What this setup costs

Honest numbers: running Opus 4.7 with extended thinking on hard tasks is not cheap. If you're a solo developer being disciplined about when you use Opus versus Sonnet, you're probably fine. If you're running Opus on everything including "what does this variable name mean," you'll notice the bill.

The caveman plugin helps on the margin. Disciplined model selection helps more. The real cost control is using extended thinking on the problems that benefit from it and not reflexively on everything else.

After six months, my bill is higher than it was with the default config and my output per hour is also substantially higher. The math works out, at least for me.

The actual point

The default Claude Code setup is conservative because it has to serve everyone from first-time users to teams with complex workflows.
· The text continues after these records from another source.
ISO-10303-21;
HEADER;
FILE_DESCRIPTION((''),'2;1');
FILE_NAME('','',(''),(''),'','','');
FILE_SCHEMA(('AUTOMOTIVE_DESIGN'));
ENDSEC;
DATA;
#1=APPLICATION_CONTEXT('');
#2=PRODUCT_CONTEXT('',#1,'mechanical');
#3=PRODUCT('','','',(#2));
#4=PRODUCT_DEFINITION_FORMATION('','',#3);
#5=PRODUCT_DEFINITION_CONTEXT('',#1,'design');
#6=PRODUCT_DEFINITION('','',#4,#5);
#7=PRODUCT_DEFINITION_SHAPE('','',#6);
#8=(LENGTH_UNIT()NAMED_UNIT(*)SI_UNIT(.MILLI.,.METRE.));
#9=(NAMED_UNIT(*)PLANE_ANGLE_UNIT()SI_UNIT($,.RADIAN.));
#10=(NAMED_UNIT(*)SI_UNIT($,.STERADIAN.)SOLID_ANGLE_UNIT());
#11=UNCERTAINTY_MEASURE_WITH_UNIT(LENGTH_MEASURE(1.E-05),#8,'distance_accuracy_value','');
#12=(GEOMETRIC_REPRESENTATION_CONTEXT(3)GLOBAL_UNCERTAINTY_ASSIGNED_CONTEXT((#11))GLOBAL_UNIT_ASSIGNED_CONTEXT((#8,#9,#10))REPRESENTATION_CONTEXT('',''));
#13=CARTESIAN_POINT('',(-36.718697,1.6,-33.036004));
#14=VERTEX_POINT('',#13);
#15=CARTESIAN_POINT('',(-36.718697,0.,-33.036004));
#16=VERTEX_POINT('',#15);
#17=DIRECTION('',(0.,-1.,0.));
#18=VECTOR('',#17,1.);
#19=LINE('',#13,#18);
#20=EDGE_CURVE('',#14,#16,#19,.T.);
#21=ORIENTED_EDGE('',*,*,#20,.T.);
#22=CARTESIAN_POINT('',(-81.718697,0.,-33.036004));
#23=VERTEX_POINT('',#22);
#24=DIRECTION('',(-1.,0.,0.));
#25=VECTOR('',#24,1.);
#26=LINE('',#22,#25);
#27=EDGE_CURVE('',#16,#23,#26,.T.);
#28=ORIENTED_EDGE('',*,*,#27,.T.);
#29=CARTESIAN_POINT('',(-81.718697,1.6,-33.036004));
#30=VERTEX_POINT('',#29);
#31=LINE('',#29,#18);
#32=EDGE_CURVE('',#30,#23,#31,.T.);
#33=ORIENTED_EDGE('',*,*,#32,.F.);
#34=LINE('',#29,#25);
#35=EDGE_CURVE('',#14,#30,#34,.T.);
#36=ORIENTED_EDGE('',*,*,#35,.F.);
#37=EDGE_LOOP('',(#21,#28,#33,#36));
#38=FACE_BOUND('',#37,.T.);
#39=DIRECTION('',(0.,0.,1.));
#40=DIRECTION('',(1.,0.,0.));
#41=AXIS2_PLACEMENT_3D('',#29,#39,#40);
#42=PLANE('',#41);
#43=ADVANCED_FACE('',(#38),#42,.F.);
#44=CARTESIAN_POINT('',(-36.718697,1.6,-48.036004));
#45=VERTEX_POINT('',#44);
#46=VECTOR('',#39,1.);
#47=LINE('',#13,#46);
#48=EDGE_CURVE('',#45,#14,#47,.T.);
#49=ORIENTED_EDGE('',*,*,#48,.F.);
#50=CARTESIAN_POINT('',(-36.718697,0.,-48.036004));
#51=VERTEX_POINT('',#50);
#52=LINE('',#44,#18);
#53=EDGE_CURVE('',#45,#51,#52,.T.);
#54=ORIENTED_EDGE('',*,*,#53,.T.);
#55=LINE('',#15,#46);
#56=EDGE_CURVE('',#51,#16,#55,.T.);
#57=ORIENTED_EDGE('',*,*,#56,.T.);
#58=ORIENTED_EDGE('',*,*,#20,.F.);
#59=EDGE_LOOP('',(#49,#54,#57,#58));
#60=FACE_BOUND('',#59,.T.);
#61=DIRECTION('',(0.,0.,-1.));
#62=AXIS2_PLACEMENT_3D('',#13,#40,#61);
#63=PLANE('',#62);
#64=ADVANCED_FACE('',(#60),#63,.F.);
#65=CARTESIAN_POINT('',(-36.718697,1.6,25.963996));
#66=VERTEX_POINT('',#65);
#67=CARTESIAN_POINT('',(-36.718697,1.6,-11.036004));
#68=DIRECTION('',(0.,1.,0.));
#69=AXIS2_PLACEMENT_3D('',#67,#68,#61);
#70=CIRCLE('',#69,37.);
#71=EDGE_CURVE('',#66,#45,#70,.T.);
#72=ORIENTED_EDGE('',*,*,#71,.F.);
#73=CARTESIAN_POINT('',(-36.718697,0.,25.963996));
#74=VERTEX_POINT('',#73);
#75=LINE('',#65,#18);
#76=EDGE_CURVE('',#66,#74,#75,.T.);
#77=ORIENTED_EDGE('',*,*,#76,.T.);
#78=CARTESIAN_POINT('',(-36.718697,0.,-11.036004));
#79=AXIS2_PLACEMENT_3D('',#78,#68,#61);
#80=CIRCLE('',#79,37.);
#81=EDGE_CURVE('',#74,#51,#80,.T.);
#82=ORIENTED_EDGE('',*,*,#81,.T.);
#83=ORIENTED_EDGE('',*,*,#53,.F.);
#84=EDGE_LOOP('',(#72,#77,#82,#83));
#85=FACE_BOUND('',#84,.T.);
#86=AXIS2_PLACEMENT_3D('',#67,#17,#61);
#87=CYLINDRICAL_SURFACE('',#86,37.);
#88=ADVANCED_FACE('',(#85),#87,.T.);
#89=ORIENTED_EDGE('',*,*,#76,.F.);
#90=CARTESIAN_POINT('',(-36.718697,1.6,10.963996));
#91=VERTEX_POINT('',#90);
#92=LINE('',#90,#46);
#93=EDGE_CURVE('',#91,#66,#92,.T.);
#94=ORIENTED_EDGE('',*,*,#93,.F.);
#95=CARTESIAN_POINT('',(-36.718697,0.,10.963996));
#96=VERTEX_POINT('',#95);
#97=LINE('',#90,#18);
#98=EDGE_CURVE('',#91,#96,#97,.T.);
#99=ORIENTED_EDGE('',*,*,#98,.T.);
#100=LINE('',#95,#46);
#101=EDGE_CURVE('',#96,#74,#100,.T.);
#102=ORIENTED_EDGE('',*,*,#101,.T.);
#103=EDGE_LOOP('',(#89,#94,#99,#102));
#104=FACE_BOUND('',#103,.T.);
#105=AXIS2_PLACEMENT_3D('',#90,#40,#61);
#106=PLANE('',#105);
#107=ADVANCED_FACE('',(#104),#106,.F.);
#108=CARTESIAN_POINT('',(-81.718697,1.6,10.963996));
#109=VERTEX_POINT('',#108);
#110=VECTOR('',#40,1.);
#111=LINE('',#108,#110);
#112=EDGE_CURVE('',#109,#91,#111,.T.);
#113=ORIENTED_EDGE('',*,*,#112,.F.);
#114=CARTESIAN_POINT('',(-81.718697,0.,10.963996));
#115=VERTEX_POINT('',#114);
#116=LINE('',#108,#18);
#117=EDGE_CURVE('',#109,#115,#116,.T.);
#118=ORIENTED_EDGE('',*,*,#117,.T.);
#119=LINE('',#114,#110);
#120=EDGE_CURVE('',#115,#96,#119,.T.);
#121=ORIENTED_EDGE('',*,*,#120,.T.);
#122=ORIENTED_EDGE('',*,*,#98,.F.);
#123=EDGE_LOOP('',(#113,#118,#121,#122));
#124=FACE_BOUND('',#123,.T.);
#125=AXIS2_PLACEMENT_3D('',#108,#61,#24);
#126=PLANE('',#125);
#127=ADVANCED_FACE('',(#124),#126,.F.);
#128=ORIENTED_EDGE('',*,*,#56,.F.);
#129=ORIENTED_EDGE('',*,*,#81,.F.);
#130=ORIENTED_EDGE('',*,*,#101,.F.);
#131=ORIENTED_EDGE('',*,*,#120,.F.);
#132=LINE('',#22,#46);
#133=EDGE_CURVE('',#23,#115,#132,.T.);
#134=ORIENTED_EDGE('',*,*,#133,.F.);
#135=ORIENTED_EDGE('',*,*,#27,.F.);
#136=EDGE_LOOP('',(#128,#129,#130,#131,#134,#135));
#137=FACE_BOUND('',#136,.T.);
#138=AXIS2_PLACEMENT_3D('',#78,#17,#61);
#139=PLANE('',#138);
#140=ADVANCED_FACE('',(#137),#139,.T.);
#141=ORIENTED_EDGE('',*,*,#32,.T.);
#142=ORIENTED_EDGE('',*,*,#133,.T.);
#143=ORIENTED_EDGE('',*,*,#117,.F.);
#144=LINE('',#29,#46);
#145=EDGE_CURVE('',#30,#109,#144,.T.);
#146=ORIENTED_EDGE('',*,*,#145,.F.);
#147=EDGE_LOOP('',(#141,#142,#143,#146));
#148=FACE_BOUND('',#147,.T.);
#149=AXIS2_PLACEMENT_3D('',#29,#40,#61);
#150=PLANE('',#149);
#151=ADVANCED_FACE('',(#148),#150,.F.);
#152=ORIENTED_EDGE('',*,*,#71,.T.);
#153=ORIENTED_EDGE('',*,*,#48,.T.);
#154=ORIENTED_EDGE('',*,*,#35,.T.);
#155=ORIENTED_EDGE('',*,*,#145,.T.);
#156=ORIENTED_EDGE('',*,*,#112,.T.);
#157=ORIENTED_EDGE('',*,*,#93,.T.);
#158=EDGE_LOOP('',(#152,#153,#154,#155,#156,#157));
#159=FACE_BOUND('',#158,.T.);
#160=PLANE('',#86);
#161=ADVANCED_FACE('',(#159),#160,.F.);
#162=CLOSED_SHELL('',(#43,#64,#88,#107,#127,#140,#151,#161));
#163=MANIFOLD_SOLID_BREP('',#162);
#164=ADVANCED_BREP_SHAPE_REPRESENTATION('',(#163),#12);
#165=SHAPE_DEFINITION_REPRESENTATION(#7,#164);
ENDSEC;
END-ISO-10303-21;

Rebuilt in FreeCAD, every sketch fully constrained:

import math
import FreeCAD as App
import Part
import Sketcher

V = App.Vector

doc = App.newDocument("Part")
body = doc.addObject("PartDesign::Body", "Body")

# Sketch on XZ plane
sketch1 = body.newObject("Sketcher::SketchObject", "Sketch")
sketch1.AttachmentSupport = (doc.getObject("XZ_Plane"), [""])
sketch1.MapMode = "FlatFace"
sketch1.addGeometry(Part.LineSegment(V(-82, -33, 0), V(-82, 11, 0)), False)
sketch1.addGeometry(Part.LineSegment(V(-82, 11, 0), V(-37, 11, 0)), False)
sketch1.addGeometry(Part.LineSegment(V(-37, 11, 0), V(-37, 26, 0)), False)
sketch1.addGeometry(Part.ArcOfCircle(Part.Circle(V(-37, -11, 0), V(0, 0, 1), 37), math.radians(-90), math.radians(90)), False)
sketch1.addGeometry(Part.LineSegment(V(-37, -48, 0), V(-37, -33, 0)), False)
sketch1.addGeometry(Part.LineSegment(V(-37, -33, 0), V(-82, -33, 0)), False)
sketch1.addConstraint(Sketcher.Constraint("Coincident", 0, 2, 1, 1))
sketch1.addConstraint(Sketcher.Constraint("Coincident", 1, 2, 2, 1))
sketch1.addConstraint(Sketcher.Constraint("Coincident", 2, 2, 3, 2))
sketch1.addConstraint(Sketcher.Constraint("Coincident", 3, 1, 4, 1))
sketch1.addConstraint(Sketcher.Constraint("Coincident", 4, 2, 5, 1))
sketch1.addConstraint(Sketcher.Constraint("Coincident", 5, 2, 0, 1))
sketch1.addConstraint(Sketcher.Constraint("Vertical", 0))
sketch1.addConstraint(Sketcher.Constraint("Horizontal", 1))
sketch1.addConstraint(Sketcher.Constraint("Vertical", 2))
sketch1.addConstraint(Sketcher.Constraint("Vertical", 4))
sketch1.addConstraint(Sketcher.Constraint("Horizontal", 5))
sketch1.addConstraint(Sketcher.Constraint("Vertical", 3, 3, 1, 2))
sketch1.addConstraint(Sketcher.Constraint("Vertical", 2, 2, 3, 1))
sketch1.addConstraint(Sketcher.Constraint("Equal", 2, 4))
sketch1.addConstraint(Sketcher.Constraint("Radius", 3, 37.0))
sketch1.addConstraint(Sketcher.Constraint("DistanceX", 1, 1, 1, 2, 45.0))
sketch1.addConstraint(Sketcher.Constraint("DistanceY", 0, 1, 0, 2, 44.0))
sketch1.addConstraint(Sketcher.Constraint("DistanceX", 3, 3, -1, 1, 36.718697))
sketch1.addConstraint(Sketcher.Constraint("DistanceY", 3, 3, -1, 1, 11.036004))
pad1 = body.newObject("PartDesign::Pad", "Pad")
pad1.Profile = sketch1
pad1.Length = 1.6
pad1.Reversed = True

doc.recompute()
If you're reading a post about optimizing your Claude Code config, you're probably not a first-time user.

Opus 4.7 with extended thinking, a leaner prompt pipeline from the caveman plugin, and proper context curation through CLAUDE.md and memory is a meaningfully different experience from the out-of-the-box defaults. Not marginally better. Different enough that going back would feel like writing code in Notepad.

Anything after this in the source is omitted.